STC and the City of Saskatoon Reconciliation Agreement
- EFN Staff | November 22, 2019
The Saskatoon Tribal Council and the City of Saskatoon hope that a new agreement will help bring more focused resources to First Nation people living in Saskatoon. The Sharing Prosperity Through Reconciliation Agreement between the STC and the City sets out meeting protocols and a framework to make progress over the next five years on the shared goals of the Saskatoon Tribal Council and the City of Saskatoon.
Both Mayor Charlie Clark and Tribal Chief Mark Arcand know working together is imperative at this time. “We have a history of working together, but as we understand this era of reconciliation, the Tribal Council provides many services in the City to their members who are also citizens of the city,” said Clark. “There are many ways where we overlap in recreational services, transportation and housing.

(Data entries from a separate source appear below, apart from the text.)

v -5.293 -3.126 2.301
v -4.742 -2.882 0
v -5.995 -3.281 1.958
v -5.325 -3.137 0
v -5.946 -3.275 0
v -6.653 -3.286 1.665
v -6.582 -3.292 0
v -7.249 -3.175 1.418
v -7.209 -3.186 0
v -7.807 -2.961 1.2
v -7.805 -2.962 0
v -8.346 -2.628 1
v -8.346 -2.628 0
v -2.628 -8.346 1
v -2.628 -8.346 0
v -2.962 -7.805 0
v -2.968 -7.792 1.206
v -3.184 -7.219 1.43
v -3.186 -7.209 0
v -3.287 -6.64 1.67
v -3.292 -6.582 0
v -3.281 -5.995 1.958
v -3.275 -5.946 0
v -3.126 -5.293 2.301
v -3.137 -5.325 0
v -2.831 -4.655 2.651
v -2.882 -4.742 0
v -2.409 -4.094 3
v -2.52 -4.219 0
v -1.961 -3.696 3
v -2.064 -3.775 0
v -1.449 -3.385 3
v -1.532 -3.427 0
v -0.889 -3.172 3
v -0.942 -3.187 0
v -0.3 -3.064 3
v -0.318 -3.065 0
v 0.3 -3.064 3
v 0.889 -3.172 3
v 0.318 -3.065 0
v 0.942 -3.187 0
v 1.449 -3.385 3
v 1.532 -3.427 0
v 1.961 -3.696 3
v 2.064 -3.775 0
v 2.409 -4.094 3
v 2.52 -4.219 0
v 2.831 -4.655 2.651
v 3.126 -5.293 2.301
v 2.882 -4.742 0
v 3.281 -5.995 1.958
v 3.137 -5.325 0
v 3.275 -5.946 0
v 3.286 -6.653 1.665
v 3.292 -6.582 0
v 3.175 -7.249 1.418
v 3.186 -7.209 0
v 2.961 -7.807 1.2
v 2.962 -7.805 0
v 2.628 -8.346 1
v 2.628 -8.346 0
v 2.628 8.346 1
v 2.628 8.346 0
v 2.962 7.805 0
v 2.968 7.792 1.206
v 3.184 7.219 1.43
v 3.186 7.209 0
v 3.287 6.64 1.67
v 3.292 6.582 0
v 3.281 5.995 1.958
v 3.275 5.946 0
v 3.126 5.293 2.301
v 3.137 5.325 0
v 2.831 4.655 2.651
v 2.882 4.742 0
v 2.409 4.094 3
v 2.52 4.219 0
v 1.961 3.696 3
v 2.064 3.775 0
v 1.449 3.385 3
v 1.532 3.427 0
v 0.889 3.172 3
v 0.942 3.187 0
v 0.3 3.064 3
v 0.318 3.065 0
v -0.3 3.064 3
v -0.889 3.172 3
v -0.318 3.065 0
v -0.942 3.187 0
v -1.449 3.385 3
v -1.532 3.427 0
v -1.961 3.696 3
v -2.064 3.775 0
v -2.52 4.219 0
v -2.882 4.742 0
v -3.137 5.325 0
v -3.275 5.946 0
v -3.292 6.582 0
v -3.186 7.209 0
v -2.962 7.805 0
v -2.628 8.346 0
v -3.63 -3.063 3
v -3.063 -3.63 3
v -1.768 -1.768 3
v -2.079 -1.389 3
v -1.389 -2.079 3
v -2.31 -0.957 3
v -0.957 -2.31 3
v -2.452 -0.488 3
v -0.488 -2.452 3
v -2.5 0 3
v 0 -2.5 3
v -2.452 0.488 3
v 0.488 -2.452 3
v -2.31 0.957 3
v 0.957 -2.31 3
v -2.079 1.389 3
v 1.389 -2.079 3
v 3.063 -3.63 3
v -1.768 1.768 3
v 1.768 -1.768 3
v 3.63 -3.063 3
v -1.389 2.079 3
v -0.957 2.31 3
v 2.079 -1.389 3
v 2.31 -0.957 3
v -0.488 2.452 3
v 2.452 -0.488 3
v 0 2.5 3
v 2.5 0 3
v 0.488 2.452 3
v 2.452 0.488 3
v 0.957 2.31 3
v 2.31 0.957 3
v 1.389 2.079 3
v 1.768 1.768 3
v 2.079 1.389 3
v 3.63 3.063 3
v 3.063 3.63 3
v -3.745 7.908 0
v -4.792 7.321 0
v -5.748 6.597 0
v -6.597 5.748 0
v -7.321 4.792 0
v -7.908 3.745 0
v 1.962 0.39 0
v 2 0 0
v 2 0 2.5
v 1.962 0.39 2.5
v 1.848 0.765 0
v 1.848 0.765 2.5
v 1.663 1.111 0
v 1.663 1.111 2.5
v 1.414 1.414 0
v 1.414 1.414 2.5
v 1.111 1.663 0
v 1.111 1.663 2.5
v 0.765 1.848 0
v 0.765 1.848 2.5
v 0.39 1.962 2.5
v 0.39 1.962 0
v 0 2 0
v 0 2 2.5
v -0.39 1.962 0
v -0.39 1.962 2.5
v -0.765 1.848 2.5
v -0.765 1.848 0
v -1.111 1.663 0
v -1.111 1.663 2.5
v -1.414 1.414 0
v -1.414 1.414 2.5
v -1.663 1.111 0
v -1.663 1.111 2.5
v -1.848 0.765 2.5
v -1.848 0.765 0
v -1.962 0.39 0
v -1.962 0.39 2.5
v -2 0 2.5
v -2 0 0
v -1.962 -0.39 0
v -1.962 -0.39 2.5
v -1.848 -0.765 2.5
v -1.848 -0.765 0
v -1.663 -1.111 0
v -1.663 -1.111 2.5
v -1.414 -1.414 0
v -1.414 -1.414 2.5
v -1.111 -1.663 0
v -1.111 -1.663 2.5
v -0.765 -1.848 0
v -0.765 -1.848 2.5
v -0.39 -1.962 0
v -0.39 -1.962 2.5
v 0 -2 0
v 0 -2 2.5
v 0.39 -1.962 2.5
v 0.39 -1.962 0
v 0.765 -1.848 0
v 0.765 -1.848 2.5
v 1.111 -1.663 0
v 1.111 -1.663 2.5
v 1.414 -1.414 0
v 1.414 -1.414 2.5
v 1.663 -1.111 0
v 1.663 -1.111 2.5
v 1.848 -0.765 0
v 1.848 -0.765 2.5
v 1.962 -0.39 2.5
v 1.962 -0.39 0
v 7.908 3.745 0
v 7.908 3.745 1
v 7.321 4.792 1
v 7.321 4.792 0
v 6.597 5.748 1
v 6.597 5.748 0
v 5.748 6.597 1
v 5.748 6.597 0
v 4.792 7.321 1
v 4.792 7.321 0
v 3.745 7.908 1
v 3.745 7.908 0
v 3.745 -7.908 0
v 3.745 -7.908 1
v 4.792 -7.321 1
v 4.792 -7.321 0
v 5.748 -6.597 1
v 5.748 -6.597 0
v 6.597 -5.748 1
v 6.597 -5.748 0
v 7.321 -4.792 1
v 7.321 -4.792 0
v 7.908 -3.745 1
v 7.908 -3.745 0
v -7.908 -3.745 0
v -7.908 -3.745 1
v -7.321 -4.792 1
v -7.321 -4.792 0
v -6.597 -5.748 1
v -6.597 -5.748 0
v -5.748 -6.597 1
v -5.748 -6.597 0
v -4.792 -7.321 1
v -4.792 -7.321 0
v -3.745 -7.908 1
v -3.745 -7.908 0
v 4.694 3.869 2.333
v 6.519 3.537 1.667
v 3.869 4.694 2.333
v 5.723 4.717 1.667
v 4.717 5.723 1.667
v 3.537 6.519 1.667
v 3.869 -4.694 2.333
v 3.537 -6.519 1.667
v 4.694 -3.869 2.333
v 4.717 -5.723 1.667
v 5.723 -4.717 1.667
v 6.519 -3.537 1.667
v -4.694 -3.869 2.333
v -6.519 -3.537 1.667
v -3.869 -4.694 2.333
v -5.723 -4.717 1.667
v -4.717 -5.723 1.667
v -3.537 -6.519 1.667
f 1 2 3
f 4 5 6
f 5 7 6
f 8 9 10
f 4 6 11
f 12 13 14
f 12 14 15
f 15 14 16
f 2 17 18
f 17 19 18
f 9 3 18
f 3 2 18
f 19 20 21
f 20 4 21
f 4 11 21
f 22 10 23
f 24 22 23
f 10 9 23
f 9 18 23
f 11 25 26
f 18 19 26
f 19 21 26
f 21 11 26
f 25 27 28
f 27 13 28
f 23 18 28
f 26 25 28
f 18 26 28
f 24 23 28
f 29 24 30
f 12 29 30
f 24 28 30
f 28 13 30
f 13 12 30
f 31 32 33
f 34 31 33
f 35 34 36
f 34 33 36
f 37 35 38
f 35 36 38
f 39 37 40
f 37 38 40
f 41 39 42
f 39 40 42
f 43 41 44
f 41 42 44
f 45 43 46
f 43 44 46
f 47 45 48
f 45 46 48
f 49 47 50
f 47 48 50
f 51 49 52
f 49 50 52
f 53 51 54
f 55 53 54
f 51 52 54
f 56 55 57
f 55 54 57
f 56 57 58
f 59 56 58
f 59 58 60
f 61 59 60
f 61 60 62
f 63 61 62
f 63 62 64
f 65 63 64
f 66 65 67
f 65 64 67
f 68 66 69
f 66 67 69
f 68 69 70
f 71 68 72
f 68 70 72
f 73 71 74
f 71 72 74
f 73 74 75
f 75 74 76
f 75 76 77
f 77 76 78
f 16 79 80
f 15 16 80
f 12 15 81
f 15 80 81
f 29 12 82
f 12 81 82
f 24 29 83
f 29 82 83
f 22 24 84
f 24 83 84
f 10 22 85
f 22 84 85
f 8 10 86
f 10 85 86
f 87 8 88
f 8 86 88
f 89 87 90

Having a formal agreement that in endeavoring to work together we can have the right point people in the City and Tribal Council helps to make the relationship stronger, and clearer and smoother. We have a lot of work to do to close the gap in outcomes between Indigenous kids and non indigenous kids. Everyone should have the chance to be successful in this city.”

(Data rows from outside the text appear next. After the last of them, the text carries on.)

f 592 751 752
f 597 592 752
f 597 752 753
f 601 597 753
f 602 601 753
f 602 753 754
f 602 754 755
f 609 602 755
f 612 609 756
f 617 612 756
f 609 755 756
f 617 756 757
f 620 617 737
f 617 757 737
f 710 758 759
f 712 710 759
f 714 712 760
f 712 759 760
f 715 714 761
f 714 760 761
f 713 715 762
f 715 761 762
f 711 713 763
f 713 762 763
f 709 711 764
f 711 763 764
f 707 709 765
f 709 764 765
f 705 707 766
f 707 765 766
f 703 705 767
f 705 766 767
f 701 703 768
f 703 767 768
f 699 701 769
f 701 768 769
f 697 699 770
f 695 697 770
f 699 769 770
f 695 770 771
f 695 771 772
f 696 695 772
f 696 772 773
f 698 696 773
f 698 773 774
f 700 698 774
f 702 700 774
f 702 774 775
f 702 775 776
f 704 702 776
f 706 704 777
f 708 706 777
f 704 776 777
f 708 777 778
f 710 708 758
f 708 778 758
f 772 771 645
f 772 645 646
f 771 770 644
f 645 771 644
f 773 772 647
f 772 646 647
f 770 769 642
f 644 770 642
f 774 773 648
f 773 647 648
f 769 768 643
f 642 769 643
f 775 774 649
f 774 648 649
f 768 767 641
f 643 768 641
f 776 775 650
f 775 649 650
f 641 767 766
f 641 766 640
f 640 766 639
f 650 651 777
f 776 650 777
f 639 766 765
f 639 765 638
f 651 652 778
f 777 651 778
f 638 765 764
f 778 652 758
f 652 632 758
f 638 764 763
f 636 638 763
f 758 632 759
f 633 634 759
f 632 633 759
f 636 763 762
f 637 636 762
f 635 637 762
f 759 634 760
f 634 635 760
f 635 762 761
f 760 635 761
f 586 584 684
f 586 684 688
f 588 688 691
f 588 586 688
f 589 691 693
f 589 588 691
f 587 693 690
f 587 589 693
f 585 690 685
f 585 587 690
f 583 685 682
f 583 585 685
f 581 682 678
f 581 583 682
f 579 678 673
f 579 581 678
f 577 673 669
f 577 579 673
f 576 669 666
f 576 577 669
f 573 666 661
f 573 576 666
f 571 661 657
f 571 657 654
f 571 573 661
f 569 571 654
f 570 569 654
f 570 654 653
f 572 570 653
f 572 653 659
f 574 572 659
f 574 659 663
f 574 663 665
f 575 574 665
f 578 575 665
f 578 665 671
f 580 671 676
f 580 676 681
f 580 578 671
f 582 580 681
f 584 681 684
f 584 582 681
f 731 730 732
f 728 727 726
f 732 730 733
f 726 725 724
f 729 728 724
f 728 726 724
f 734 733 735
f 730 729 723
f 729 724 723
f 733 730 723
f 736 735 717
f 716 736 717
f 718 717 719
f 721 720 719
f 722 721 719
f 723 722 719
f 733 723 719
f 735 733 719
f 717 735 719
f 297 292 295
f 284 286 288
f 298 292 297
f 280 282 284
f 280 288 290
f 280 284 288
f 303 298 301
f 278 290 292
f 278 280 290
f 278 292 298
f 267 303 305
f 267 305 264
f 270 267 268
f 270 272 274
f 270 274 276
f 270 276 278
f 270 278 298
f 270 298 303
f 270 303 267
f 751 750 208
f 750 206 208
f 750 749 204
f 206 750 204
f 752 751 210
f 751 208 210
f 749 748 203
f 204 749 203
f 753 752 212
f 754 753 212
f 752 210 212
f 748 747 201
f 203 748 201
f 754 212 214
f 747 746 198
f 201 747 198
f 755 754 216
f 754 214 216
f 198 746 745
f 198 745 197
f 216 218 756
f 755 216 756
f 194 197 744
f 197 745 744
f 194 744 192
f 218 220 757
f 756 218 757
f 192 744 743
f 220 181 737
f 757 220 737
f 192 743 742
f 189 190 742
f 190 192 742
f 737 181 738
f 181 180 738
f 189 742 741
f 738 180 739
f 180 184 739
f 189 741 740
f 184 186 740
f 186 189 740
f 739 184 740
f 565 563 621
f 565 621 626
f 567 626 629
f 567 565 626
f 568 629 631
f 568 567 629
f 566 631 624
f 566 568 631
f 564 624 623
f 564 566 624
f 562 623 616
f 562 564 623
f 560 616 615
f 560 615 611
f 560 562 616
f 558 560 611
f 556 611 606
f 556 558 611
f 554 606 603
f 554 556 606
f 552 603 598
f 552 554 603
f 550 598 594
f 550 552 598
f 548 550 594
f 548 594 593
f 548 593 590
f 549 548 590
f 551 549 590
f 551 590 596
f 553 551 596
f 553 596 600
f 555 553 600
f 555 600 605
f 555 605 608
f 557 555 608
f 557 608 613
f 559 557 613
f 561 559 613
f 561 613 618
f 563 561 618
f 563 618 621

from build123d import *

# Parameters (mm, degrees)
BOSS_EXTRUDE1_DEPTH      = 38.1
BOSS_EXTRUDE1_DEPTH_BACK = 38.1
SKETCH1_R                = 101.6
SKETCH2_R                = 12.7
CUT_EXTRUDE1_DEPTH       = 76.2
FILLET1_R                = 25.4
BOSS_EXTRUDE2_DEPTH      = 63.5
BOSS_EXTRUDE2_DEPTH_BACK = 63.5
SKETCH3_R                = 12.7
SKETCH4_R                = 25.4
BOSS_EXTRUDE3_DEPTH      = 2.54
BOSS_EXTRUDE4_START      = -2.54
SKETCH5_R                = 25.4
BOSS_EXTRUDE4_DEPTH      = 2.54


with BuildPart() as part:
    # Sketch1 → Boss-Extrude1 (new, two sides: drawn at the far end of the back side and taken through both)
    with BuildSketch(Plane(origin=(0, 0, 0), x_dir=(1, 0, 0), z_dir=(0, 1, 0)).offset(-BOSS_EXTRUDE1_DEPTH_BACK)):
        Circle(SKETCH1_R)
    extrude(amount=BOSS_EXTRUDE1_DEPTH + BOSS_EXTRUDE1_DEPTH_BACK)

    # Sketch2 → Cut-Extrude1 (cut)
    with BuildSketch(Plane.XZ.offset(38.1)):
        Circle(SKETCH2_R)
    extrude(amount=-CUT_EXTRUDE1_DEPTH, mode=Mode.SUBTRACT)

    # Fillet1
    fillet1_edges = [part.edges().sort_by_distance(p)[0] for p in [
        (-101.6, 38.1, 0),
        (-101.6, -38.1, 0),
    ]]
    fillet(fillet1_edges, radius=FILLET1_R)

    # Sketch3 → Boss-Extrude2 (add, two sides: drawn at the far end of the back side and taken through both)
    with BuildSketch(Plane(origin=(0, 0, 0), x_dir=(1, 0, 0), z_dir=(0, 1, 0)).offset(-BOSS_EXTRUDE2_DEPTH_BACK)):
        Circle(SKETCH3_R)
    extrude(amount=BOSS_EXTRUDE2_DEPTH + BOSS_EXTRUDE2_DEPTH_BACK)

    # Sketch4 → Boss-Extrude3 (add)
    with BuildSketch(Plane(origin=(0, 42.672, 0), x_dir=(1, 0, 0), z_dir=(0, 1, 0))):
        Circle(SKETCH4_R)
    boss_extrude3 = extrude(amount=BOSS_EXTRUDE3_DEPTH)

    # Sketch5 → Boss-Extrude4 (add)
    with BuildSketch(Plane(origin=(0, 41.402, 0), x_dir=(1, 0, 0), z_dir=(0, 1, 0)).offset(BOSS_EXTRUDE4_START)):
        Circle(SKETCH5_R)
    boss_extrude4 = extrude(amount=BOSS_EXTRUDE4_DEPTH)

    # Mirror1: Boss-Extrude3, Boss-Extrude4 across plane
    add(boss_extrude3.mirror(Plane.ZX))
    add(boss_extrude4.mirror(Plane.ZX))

Chief Arcand thinks the agreement is a big step. “This is what Treaty was all about. To work together with people so we can all have a good quality of life. This is tremendous. I would like to see other cities do the same thing with other First Nation organizations.”
The relationship between the city and STC is often looked to as a best model for those looking to work together. “The City and our people have a long history of working together in Saskatoon. From Chief Whitecap being one of the founders of Saskatoon. The urban reserves with Muskeg Lake, Yellow Quill and One Arrow. That’s about partnerships and relationships. I’m really proud of our Chiefs. They have taken the step to work together.”
There have already been discussions on energy development, education partnerships are in place as are transit agreements and the phenomenon of Reconciliation Saskatoon. But one of the main challenges acknowledged by both leaders was the current crystal meth crisis and access to rehabilitation and the creation of a drug treatment court.
“I’m very happy for Mayor Clark and the Council to take this initiative with the Tribal Council. It will set a standard for the rest of the country. There are a lot of negative things happening across this country to First Nations people. It is opportunities like this that build relationships. We have too many people in jails and kids incarcerated and in the child welfare system. We can work together to end those issues.”